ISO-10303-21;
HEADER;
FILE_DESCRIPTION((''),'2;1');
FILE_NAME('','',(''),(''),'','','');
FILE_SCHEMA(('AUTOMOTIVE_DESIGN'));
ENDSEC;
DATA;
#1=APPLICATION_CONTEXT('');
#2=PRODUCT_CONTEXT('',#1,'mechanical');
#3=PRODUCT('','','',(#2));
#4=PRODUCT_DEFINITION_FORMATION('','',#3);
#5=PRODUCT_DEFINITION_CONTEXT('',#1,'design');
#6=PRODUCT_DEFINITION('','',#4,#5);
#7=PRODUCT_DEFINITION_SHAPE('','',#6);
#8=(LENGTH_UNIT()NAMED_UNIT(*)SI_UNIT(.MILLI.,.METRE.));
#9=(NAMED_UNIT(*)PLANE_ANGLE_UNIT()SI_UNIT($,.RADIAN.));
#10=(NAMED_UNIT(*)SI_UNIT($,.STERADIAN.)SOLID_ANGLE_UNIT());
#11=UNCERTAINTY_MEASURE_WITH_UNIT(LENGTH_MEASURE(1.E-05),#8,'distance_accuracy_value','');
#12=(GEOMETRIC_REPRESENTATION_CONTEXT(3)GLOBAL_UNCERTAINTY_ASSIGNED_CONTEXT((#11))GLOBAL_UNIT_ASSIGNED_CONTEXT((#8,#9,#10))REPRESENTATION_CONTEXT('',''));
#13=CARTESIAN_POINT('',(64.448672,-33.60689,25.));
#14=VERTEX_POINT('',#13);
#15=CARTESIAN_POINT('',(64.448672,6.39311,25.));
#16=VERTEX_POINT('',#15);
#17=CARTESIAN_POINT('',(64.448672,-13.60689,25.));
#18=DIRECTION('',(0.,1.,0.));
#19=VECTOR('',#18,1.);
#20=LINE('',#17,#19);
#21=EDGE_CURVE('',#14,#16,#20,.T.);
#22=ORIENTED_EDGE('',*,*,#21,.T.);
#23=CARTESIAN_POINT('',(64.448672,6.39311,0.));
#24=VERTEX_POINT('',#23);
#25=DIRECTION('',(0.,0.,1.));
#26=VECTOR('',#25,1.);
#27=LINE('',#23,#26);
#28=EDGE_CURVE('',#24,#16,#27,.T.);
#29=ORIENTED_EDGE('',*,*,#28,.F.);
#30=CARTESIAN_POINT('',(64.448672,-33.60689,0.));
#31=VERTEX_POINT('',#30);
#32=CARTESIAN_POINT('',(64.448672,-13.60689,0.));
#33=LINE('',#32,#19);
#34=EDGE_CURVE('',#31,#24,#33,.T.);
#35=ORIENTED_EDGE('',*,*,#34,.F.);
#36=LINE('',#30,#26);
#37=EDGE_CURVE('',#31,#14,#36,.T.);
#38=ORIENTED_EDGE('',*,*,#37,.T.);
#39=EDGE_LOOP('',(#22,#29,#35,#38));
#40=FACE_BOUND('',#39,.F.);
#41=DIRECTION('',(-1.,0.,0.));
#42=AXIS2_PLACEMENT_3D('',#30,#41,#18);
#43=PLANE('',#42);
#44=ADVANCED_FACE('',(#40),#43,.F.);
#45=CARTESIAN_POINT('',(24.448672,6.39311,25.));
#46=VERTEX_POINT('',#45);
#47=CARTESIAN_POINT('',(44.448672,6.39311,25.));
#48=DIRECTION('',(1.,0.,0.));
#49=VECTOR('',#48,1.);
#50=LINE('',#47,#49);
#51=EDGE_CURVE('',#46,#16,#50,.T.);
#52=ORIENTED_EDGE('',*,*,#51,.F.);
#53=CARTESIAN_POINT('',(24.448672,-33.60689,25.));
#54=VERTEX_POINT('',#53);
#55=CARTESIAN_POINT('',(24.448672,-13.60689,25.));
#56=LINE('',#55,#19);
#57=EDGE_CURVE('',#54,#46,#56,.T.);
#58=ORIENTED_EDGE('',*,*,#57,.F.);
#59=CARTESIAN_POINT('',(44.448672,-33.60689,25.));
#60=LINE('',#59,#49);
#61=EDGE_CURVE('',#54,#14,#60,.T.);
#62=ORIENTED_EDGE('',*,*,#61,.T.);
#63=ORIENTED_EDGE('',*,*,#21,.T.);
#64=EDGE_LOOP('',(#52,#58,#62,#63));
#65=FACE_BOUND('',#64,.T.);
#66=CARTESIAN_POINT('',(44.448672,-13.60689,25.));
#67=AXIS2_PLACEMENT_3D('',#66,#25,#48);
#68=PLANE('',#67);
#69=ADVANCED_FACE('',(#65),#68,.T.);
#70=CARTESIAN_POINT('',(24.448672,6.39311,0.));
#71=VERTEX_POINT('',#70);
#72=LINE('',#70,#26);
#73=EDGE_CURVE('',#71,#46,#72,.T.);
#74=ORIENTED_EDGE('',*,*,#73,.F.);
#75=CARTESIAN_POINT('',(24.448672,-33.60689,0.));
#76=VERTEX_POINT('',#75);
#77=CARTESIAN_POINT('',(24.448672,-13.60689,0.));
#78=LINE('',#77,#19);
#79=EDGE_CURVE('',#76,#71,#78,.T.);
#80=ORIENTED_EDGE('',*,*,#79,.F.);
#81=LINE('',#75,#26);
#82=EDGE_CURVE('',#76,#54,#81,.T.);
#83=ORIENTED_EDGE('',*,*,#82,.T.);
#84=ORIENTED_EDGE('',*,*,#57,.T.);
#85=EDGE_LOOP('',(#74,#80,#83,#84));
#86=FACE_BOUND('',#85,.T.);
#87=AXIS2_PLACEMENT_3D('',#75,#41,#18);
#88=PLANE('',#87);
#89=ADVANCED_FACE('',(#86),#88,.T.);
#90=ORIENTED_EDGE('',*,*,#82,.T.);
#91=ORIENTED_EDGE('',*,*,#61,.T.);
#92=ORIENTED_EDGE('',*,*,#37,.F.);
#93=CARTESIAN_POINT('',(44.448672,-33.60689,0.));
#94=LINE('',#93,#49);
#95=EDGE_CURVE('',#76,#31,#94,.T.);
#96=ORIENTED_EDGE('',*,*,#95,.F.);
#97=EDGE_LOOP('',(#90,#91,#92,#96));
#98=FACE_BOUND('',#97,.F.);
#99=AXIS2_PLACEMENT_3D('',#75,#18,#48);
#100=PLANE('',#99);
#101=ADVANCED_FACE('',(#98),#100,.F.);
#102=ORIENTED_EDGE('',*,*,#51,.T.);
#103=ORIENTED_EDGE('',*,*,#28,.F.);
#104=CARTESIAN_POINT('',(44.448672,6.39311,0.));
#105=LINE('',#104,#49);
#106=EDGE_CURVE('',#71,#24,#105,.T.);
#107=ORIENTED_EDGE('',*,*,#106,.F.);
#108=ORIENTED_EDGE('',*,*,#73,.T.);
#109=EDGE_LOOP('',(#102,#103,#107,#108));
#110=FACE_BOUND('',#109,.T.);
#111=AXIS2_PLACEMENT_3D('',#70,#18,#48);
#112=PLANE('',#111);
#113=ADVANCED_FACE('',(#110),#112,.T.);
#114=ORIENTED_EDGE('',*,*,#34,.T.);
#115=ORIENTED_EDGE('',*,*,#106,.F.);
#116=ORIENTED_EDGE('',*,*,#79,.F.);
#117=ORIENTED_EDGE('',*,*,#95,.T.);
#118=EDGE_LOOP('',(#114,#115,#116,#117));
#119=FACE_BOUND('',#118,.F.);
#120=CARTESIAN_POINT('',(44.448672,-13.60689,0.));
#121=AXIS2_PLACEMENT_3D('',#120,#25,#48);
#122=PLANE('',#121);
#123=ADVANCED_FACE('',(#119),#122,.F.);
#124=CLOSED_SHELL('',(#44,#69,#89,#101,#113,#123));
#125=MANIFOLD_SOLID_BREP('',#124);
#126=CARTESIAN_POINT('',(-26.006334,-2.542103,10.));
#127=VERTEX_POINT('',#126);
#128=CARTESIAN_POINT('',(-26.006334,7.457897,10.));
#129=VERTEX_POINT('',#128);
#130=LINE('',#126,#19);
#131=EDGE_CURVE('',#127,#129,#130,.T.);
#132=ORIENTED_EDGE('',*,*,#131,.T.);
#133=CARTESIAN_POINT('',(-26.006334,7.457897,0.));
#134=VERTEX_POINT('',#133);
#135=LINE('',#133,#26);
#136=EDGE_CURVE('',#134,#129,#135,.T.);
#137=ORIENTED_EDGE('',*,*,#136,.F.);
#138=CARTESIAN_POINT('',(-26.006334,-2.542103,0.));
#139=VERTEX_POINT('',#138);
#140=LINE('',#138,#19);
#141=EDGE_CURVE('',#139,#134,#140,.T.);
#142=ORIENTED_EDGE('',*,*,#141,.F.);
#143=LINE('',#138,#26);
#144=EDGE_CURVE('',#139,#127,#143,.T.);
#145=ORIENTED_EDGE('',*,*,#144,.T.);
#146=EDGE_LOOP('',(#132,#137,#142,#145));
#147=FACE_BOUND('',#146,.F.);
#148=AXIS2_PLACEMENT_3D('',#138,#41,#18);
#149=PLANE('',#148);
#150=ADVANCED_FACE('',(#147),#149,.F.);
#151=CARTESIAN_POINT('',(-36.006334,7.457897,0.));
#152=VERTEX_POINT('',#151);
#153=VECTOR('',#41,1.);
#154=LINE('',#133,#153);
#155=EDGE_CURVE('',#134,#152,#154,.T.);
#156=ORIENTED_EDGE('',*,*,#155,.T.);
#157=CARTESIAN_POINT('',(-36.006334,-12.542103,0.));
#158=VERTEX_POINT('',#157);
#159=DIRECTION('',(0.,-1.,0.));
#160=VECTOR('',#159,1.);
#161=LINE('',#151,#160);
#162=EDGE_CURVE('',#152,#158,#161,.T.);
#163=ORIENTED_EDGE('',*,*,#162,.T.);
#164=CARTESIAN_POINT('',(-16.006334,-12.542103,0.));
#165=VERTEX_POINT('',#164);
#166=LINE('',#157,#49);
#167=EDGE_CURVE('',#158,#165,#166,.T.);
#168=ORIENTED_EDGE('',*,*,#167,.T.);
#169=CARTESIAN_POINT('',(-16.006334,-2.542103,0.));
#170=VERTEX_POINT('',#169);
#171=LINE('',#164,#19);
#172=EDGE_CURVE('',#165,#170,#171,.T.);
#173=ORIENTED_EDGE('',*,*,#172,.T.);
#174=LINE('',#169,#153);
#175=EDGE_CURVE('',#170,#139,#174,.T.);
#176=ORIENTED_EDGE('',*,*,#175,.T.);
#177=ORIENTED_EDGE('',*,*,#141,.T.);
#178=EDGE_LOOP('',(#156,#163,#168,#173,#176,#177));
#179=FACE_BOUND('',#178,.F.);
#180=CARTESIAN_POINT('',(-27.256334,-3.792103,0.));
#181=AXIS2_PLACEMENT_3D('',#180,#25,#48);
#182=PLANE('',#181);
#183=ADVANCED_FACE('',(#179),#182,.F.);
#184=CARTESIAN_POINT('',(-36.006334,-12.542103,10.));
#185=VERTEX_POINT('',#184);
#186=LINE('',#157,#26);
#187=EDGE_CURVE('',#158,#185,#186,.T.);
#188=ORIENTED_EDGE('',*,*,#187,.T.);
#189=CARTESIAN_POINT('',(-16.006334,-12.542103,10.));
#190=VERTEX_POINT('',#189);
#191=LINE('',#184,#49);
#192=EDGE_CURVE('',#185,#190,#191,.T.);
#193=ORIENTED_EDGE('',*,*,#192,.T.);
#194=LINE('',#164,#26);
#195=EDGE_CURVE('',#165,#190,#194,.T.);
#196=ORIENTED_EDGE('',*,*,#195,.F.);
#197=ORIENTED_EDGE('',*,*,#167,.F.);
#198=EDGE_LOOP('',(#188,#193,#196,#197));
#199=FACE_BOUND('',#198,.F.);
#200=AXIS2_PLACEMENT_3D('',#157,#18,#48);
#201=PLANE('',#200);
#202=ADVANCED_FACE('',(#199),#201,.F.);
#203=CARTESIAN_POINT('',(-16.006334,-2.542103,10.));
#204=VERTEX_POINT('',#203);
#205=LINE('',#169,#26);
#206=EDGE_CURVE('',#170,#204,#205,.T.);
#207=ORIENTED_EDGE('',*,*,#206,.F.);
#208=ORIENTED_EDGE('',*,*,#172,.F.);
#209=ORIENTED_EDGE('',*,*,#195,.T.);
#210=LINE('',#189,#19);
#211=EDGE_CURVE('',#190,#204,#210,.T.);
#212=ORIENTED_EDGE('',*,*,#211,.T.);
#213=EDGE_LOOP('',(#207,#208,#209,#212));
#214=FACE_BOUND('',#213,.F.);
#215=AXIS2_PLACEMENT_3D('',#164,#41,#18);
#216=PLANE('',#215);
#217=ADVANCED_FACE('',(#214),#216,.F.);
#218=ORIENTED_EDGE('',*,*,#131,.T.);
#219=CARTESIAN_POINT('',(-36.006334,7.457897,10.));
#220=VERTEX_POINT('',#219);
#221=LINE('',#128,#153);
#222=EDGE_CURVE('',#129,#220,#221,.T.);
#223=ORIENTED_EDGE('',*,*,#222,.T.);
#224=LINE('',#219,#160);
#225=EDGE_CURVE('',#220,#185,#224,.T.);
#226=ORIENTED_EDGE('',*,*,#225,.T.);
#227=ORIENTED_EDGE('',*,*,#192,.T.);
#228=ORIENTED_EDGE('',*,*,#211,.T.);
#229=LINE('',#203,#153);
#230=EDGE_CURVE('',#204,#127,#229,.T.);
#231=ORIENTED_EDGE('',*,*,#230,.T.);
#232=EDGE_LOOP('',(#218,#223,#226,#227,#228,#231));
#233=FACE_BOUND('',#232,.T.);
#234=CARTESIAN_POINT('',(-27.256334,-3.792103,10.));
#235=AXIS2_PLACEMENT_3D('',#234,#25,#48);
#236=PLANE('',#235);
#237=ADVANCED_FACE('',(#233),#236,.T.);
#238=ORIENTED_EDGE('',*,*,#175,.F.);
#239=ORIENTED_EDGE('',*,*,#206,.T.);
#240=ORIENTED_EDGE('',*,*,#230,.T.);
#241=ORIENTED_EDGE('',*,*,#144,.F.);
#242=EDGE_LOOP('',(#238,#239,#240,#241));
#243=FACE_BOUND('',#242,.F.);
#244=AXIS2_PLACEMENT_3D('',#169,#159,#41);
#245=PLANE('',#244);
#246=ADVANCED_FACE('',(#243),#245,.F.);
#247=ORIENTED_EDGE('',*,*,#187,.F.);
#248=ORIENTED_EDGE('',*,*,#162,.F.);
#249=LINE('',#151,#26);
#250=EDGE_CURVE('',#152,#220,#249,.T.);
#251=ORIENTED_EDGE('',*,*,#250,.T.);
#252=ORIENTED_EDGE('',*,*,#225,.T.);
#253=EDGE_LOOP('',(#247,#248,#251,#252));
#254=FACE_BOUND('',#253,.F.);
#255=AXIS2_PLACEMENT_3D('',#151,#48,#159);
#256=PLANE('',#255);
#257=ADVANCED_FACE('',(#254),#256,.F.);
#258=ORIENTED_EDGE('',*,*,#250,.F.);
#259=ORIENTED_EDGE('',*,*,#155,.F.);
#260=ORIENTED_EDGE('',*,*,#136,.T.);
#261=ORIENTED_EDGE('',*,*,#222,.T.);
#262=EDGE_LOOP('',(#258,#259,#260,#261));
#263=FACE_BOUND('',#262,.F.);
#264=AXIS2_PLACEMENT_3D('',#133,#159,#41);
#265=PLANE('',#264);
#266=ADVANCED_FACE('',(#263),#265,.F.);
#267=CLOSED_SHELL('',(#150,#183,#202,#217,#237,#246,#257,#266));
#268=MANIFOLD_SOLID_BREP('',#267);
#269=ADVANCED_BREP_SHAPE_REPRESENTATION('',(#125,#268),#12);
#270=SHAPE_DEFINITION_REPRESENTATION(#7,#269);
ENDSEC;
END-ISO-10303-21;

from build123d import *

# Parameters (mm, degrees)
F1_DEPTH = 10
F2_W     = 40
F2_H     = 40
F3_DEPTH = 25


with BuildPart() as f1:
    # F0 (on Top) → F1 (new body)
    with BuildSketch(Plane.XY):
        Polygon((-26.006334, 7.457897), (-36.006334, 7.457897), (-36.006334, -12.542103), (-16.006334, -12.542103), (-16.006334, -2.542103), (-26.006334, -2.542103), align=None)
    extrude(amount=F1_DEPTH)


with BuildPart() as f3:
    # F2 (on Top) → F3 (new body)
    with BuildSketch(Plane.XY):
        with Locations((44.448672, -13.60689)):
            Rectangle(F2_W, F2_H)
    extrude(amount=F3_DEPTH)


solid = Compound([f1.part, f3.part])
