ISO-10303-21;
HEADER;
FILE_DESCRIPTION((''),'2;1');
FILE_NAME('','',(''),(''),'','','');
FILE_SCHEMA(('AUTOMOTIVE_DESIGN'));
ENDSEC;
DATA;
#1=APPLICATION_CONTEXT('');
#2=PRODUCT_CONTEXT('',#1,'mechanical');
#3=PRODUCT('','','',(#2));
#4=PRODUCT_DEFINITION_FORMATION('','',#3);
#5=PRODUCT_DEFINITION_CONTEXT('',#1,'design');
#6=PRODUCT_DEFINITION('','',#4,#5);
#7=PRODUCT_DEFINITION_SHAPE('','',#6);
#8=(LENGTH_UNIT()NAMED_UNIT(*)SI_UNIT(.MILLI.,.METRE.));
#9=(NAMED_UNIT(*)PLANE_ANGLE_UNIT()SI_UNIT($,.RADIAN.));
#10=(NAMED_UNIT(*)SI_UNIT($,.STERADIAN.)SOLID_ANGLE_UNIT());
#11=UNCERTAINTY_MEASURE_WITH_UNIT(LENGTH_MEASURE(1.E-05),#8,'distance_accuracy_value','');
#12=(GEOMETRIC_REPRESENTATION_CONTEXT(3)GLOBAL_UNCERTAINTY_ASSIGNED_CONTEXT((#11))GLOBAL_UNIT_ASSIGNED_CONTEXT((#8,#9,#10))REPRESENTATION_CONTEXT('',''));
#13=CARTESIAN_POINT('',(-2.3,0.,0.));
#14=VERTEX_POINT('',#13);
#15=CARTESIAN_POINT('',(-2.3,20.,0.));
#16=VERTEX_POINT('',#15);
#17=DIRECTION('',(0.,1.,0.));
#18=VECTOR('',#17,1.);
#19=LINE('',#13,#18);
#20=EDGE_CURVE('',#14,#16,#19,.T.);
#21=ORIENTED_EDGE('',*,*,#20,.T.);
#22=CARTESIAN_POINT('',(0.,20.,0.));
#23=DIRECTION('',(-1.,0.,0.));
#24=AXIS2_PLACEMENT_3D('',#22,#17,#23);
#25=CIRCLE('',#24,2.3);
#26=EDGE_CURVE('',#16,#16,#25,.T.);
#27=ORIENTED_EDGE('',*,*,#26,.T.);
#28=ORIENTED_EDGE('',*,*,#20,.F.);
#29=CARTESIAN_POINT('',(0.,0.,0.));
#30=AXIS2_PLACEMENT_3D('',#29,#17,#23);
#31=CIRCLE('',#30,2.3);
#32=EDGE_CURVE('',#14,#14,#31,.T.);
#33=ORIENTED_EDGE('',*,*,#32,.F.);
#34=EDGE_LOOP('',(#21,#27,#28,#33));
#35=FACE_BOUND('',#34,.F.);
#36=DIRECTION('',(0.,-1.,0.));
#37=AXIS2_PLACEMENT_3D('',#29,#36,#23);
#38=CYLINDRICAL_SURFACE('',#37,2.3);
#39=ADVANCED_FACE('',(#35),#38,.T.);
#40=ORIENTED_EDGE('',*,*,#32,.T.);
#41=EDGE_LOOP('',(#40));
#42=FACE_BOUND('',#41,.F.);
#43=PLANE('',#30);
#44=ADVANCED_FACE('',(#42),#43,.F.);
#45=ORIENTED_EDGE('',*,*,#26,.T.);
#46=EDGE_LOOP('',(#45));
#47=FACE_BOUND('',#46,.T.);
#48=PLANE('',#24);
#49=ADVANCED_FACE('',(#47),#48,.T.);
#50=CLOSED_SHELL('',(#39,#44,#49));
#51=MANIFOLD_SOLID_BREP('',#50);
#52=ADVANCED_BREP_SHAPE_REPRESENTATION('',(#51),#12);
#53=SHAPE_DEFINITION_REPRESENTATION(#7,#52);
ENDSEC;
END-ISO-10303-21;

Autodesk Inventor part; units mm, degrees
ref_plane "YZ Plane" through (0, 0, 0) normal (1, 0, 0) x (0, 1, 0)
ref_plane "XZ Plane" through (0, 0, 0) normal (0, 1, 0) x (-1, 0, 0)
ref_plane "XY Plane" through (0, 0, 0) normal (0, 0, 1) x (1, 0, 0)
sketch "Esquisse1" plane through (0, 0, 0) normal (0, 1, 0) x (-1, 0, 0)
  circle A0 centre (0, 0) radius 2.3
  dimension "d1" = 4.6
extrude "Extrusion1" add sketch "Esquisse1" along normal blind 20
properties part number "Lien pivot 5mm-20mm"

Instructions for the task |
From the line holding "#23=DIRECTION('',(-1.,0.,0.));" down to the last line of the records above, restate each line exactly as written.

Written response |
#23=DIRECTION('',(-1.,0.,0.));
#24=AXIS2_PLACEMENT_3D('',#22,#17,#23);
#25=CIRCLE('',#24,2.3);
#26=EDGE_CURVE('',#16,#16,#25,.T.);
#27=ORIENTED_EDGE('',*,*,#26,.T.);
#28=ORIENTED_EDGE('',*,*,#20,.F.);
#29=CARTESIAN_POINT('',(0.,0.,0.));
#30=AXIS2_PLACEMENT_3D('',#29,#17,#23);
#31=CIRCLE('',#30,2.3);
#32=EDGE_CURVE('',#14,#14,#31,.T.);
#33=ORIENTED_EDGE('',*,*,#32,.F.);
#34=EDGE_LOOP('',(#21,#27,#28,#33));
#35=FACE_BOUND('',#34,.F.);
#36=DIRECTION('',(0.,-1.,0.));
#37=AXIS2_PLACEMENT_3D('',#29,#36,#23);
#38=CYLINDRICAL_SURFACE('',#37,2.3);
#39=ADVANCED_FACE('',(#35),#38,.T.);
#40=ORIENTED_EDGE('',*,*,#32,.T.);
#41=EDGE_LOOP('',(#40));
#42=FACE_BOUND('',#41,.F.);
#43=PLANE('',#30);
#44=ADVANCED_FACE('',(#42),#43,.F.);
#45=ORIENTED_EDGE('',*,*,#26,.T.);
#46=EDGE_LOOP('',(#45));
#47=FACE_BOUND('',#46,.T.);
#48=PLANE('',#24);
#49=ADVANCED_FACE('',(#47),#48,.T.);
#50=CLOSED_SHELL('',(#39,#44,#49));
#51=MANIFOLD_SOLID_BREP('',#50);
#52=ADVANCED_BREP_SHAPE_REPRESENTATION('',(#51),#12);
#53=SHAPE_DEFINITION_REPRESENTATION(#7,#52);
ENDSEC;
END-ISO-10303-21;

Autodesk Inventor part; units mm, degrees
ref_plane "YZ Plane" through (0, 0, 0) normal (1, 0, 0) x (0, 1, 0)
ref_plane "XZ Plane" through (0, 0, 0) normal (0, 1, 0) x (-1, 0, 0)
ref_plane "XY Plane" through (0, 0, 0) normal (0, 0, 1) x (1, 0, 0)
sketch "Esquisse1" plane through (0, 0, 0) normal (0, 1, 0) x (-1, 0, 0)
  circle A0 centre (0, 0) radius 2.3
  dimension "d1" = 4.6
extrude "Extrusion1" add sketch "Esquisse1" along normal blind 20
properties part number "Lien pivot 5mm-20mm"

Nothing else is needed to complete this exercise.